If a line in the records below contains the word "ThreePointArc", return that line.

Start of Block

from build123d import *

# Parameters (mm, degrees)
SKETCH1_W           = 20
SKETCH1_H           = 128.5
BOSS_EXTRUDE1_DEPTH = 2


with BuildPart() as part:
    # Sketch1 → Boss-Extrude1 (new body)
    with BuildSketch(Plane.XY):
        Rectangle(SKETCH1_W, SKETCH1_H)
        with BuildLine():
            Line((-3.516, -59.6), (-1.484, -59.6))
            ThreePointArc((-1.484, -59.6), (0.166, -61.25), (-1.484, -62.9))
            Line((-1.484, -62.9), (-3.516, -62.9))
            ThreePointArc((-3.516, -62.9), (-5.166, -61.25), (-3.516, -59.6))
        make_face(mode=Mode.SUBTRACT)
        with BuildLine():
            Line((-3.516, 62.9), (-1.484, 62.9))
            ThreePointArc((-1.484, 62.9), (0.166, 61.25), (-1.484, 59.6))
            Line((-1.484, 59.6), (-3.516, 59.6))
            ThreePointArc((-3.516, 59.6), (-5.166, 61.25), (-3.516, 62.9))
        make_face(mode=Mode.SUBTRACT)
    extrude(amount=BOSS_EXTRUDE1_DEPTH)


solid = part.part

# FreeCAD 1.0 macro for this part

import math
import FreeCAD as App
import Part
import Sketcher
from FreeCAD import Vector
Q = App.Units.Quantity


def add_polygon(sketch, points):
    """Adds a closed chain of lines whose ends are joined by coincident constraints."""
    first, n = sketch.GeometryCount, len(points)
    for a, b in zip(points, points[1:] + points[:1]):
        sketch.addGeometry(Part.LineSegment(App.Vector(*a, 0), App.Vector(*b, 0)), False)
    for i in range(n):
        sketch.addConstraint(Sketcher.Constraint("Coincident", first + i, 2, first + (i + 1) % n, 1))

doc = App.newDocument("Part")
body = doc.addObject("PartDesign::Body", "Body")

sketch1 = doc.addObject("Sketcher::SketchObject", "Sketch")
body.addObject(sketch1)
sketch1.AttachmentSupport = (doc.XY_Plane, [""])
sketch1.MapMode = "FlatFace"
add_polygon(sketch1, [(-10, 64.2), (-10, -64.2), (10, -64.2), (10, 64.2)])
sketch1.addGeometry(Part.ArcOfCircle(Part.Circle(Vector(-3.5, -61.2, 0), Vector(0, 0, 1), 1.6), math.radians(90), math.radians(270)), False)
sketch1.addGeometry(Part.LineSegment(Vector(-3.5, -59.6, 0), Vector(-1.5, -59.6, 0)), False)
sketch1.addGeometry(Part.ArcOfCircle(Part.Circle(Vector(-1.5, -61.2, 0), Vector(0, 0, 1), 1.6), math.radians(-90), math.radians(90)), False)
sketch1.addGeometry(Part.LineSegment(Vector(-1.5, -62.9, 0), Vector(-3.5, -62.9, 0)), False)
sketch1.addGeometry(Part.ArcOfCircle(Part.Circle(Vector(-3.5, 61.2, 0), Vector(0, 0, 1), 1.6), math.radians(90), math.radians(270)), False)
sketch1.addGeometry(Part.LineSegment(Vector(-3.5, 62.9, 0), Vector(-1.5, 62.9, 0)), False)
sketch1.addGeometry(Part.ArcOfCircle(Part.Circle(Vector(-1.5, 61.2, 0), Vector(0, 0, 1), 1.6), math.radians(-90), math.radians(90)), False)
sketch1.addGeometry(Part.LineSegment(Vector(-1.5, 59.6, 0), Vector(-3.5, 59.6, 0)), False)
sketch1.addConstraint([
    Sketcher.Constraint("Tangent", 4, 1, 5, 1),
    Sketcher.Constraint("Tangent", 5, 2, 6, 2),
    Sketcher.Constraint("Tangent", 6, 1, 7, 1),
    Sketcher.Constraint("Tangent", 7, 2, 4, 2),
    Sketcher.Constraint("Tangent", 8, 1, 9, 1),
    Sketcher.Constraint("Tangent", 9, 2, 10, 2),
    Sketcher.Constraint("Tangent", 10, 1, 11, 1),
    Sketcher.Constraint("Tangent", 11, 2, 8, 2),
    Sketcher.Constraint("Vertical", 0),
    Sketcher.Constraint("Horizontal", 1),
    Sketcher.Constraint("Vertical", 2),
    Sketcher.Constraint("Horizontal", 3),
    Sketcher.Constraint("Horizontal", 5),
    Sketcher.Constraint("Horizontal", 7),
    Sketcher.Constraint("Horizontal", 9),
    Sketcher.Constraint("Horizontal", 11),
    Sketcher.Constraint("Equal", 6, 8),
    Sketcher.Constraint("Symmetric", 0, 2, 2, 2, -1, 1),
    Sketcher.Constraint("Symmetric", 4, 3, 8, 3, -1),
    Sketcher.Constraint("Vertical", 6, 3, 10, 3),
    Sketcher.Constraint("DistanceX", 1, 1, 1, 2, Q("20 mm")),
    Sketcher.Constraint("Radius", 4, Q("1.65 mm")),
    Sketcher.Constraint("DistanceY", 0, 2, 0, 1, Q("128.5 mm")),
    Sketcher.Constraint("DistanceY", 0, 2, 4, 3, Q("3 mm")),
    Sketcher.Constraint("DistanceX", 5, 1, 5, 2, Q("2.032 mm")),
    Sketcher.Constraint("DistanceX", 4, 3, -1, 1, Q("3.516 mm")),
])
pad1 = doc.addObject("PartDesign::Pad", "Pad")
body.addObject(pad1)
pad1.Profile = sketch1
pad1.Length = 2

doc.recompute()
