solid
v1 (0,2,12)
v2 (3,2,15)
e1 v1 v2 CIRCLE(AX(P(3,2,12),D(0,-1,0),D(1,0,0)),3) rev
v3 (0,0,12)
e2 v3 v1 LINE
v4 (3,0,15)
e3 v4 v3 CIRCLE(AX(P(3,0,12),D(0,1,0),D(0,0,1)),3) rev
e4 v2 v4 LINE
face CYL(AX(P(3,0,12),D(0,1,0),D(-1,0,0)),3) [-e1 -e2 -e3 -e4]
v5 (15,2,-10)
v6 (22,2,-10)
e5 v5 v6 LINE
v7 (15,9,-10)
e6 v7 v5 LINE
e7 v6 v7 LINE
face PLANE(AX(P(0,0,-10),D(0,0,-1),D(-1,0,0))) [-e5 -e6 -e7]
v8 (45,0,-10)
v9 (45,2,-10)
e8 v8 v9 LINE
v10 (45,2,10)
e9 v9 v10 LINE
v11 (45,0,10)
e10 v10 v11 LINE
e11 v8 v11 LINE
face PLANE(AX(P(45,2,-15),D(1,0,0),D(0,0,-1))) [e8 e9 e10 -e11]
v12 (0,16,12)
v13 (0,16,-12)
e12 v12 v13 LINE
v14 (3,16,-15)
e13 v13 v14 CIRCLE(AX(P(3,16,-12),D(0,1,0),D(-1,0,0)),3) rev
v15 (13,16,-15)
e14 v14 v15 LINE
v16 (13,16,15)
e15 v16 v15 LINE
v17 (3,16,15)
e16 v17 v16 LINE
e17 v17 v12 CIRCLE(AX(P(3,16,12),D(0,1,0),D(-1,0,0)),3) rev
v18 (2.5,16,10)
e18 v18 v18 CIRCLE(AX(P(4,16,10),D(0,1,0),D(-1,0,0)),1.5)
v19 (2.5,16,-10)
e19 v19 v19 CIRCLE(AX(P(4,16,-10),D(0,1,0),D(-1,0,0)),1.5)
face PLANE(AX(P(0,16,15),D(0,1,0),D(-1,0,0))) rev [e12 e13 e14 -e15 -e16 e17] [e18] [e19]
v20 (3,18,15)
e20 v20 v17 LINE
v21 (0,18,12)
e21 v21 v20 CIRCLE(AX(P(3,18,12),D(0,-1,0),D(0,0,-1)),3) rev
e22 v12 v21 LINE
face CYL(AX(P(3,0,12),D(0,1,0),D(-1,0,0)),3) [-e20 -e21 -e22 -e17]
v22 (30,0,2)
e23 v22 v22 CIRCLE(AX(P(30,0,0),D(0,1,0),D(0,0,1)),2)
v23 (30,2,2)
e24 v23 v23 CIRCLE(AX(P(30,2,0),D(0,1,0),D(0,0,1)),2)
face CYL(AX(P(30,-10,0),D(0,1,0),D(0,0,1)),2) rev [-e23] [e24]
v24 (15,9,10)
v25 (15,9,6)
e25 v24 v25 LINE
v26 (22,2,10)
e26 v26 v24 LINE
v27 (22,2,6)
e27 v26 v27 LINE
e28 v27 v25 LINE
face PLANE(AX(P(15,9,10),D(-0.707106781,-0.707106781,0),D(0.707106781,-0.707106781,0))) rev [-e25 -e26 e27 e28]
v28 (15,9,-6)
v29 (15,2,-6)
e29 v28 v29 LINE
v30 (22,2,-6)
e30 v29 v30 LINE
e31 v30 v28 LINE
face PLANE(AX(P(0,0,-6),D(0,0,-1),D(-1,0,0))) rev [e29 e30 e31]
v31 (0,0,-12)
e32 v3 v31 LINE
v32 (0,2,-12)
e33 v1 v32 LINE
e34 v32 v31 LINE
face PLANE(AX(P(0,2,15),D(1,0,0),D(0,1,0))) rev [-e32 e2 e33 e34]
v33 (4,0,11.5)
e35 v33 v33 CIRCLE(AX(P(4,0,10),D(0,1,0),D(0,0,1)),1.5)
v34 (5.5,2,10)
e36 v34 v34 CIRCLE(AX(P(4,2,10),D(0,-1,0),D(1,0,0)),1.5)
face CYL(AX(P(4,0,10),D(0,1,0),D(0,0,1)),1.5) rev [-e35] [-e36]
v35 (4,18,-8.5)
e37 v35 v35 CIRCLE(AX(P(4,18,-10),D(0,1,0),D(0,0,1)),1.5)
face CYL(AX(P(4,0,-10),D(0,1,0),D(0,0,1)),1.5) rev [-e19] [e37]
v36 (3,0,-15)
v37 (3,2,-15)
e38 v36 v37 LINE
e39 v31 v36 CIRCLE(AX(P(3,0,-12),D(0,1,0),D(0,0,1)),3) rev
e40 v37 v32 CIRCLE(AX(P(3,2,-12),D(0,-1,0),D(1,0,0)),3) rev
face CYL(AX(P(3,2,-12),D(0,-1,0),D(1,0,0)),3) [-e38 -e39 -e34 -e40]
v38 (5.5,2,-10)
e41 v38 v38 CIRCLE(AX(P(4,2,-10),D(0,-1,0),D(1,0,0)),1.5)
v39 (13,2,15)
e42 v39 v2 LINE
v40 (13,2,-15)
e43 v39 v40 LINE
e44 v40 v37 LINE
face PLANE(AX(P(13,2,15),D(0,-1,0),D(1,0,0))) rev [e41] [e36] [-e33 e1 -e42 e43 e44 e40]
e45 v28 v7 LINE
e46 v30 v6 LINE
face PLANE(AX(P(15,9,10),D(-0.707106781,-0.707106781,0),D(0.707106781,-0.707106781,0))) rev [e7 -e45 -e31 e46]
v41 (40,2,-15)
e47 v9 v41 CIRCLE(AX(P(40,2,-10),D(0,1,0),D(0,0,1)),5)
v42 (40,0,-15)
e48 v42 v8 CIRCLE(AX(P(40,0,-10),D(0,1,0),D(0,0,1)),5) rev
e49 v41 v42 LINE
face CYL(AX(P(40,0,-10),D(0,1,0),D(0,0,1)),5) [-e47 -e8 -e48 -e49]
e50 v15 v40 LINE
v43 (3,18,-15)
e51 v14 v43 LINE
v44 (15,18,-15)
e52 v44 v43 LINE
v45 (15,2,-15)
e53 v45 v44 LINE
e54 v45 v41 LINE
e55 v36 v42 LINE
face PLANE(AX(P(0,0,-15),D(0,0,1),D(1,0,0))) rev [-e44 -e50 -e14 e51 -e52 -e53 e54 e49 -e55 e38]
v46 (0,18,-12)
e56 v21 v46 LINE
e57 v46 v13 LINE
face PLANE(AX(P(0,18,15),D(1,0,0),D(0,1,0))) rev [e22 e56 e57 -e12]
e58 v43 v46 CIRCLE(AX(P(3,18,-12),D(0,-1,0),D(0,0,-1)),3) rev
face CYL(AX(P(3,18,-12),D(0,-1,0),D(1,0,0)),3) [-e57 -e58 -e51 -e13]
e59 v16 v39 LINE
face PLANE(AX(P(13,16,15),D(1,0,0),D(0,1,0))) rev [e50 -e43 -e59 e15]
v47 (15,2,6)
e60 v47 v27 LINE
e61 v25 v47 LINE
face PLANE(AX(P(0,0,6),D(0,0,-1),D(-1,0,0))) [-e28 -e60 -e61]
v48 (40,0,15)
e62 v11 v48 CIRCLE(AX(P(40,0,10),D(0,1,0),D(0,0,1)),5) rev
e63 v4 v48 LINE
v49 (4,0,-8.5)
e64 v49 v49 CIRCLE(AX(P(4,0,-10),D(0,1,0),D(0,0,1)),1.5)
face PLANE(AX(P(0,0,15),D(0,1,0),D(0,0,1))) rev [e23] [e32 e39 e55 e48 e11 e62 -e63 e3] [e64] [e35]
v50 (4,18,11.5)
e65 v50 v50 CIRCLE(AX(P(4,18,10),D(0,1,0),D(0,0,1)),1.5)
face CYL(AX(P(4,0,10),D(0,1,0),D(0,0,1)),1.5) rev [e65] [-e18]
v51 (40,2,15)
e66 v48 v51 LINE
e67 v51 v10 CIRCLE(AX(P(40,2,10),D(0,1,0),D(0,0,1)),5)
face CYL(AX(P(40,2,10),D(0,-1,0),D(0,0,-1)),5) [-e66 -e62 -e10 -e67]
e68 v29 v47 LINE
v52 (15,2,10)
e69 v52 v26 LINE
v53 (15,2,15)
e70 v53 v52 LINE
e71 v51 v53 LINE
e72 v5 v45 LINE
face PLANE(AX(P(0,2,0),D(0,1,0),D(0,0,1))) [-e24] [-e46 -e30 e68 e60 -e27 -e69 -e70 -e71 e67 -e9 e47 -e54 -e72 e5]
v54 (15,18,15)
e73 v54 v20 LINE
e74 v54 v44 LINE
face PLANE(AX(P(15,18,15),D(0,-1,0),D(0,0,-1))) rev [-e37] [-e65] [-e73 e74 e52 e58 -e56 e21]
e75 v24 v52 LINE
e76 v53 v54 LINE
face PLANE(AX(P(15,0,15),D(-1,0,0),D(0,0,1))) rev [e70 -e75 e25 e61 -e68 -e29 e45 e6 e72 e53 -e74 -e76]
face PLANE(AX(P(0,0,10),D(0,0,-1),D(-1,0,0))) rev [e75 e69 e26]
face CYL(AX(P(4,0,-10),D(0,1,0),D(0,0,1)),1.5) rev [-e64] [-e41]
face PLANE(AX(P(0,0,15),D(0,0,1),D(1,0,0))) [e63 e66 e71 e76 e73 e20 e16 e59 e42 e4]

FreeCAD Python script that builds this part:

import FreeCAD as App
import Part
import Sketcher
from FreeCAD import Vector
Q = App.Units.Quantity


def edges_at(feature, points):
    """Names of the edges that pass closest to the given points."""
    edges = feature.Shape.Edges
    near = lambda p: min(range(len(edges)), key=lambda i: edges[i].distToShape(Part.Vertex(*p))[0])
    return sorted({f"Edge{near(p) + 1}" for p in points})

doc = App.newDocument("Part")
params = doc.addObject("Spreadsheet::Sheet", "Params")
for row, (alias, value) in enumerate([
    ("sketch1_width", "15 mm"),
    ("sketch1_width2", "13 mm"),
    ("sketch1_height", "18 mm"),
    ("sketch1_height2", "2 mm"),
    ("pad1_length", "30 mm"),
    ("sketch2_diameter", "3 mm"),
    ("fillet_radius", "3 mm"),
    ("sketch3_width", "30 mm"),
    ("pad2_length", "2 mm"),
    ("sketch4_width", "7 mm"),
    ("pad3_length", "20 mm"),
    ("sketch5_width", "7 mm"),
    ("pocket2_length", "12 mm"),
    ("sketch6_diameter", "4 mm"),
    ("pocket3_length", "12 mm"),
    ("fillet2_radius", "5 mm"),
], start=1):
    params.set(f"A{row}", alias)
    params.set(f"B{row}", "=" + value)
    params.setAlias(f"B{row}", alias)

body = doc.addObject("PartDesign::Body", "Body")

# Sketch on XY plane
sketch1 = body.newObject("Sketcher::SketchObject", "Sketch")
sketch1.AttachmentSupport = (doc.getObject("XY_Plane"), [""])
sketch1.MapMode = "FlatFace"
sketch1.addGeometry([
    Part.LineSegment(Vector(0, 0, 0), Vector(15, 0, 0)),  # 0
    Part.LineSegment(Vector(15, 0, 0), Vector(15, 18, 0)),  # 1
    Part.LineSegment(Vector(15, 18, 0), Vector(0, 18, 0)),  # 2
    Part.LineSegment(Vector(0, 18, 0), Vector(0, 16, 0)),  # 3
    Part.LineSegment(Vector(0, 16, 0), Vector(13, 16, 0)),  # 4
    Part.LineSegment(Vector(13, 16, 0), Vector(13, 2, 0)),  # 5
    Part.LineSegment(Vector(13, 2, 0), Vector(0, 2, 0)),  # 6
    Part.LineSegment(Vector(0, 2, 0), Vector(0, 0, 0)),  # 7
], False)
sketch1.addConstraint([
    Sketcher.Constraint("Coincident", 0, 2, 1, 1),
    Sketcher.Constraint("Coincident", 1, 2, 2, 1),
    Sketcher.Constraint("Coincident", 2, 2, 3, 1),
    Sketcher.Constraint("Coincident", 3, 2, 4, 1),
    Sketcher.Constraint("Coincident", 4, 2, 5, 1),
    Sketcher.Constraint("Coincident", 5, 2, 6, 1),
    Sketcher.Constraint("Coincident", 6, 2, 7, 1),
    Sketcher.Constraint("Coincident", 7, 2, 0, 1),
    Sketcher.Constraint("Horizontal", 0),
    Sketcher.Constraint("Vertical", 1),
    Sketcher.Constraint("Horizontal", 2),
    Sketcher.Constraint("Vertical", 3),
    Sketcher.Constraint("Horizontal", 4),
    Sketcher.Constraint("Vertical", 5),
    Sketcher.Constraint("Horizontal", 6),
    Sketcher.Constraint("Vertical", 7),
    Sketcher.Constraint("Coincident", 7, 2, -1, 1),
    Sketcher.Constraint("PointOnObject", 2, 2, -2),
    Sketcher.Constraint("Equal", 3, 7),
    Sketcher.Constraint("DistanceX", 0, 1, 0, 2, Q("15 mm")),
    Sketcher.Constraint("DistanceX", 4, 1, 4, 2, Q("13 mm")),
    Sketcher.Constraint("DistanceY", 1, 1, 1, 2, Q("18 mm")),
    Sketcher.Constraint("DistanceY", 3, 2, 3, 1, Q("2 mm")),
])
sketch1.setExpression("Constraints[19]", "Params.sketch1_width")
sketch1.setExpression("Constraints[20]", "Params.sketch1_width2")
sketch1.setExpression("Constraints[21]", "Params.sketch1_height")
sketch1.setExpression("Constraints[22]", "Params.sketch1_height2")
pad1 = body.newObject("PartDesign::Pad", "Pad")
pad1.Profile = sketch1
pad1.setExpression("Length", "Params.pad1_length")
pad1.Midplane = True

End of Block

» **Answer box**
            ThreePointArc((-1.484, -59.6), (0.166, -61.25), (-1.484, -62.9))
            ThreePointArc((-3.516, -62.9), (-5.166, -61.25), (-3.516, -59.6))
            ThreePointArc((-1.484, 62.9), (0.166, 61.25), (-1.484, 59.6))
            ThreePointArc((-3.516, 59.6), (-5.166, 61.25), (-3.516, 62.9))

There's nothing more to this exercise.